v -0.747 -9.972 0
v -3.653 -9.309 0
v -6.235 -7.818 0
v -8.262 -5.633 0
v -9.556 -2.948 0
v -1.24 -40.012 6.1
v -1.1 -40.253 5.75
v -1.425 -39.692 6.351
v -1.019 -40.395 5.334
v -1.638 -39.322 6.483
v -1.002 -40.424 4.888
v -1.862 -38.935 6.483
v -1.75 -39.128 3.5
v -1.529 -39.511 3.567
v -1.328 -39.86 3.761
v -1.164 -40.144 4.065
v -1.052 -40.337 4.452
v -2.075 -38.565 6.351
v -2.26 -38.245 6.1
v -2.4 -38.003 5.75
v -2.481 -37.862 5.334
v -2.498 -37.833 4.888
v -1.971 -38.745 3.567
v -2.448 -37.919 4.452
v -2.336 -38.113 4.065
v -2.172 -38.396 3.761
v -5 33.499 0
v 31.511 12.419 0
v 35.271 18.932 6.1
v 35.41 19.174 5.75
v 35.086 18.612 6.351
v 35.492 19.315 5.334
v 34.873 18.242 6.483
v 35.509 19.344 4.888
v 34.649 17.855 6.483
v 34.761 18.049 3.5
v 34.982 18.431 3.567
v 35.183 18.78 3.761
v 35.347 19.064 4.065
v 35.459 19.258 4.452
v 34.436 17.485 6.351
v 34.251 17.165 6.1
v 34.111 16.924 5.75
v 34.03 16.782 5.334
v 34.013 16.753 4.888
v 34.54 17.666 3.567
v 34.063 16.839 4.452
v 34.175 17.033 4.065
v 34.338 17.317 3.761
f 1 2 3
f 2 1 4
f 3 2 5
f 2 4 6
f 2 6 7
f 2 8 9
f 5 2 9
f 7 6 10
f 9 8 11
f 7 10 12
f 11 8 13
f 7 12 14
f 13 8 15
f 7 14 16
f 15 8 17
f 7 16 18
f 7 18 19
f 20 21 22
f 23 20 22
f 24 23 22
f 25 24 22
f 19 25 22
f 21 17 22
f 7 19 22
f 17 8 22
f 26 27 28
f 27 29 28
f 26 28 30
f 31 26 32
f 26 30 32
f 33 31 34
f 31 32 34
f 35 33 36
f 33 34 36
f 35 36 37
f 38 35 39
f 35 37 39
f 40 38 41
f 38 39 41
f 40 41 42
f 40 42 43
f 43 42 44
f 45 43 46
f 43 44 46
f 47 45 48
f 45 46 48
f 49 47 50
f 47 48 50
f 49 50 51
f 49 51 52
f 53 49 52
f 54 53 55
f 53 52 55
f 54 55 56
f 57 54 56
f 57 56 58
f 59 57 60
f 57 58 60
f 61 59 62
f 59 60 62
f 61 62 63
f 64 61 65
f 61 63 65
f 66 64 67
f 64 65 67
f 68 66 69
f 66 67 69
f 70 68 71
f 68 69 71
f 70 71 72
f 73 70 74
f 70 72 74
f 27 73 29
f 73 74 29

---*---

Problem to solve: Exactness is what counts here: write out every record again.

Exercise response:
v -0.747 -9.972 0
v -3.653 -9.309 0
v -6.235 -7.818 0
v -8.262 -5.633 0
v -9.556 -2.948 0
v -1.24 -40.012 6.1
v -1.1 -40.253 5.75
v -1.425 -39.692 6.351
v -1.019 -40.395 5.334
v -1.638 -39.322 6.483
v -1.002 -40.424 4.888
v -1.862 -38.935 6.483
v -1.75 -39.128 3.5
v -1.529 -39.511 3.567
v -1.328 -39.86 3.761
v -1.164 -40.144 4.065
v -1.052 -40.337 4.452
v -2.075 -38.565 6.351
v -2.26 -38.245 6.1
v -2.4 -38.003 5.75
v -2.481 -37.862 5.334
v -2.498 -37.833 4.888
v -1.971 -38.745 3.567
v -2.448 -37.919 4.452
v -2.336 -38.113 4.065
v -2.172 -38.396 3.761
v -5 33.499 0
v 31.511 12.419 0
v 35.271 18.932 6.1
v 35.41 19.174 5.75
v 35.086 18.612 6.351
v 35.492 19.315 5.334
v 34.873 18.242 6.483
v 35.509 19.344 4.888
v 34.649 17.855 6.483
v 34.761 18.049 3.5
v 34.982 18.431 3.567
v 35.183 18.78 3.761
v 35.347 19.064 4.065
v 35.459 19.258 4.452
v 34.436 17.485 6.351
v 34.251 17.165 6.1
v 34.111 16.924 5.75
v 34.03 16.782 5.334
v 34.013 16.753 4.888
v 34.54 17.666 3.567
v 34.063 16.839 4.452
v 34.175 17.033 4.065
v 34.338 17.317 3.761
f 1 2 3
f 2 1 4
f 3 2 5
f 2 4 6
f 2 6 7
f 2 8 9
f 5 2 9
f 7 6 10
f 9 8 11
f 7 10 12
f 11 8 13
f 7 12 14
f 13 8 15
f 7 14 16
f 15 8 17
f 7 16 18
f 7 18 19
f 20 21 22
f 23 20 22
f 24 23 22
f 25 24 22
f 19 25 22
f 21 17 22
f 7 19 22
f 17 8 22
f 26 27 28
f 27 29 28
f 26 28 30
f 31 26 32
f 26 30 32
f 33 31 34
f 31 32 34
f 35 33 36
f 33 34 36
f 35 36 37
f 38 35 39
f 35 37 39
f 40 38 41
f 38 39 41
f 40 41 42
f 40 42 43
f 43 42 44
f 45 43 46
f 43 44 46
f 47 45 48
f 45 46 48
f 49 47 50
f 47 48 50
f 49 50 51
f 49 51 52
f 53 49 52
f 54 53 55
f 53 52 55
f 54 55 56
f 57 54 56
f 57 56 58
f 59 57 60
f 57 58 60
f 61 59 62
f 59 60 62
f 61 62 63
f 64 61 65
f 61 63 65
f 66 64 67
f 64 65 67
f 68 66 69
f 66 67 69
f 70 68 71
f 68 69 71
f 70 71 72
f 73 70 74
f 70 72 74
f 27 73 29
f 73 74 29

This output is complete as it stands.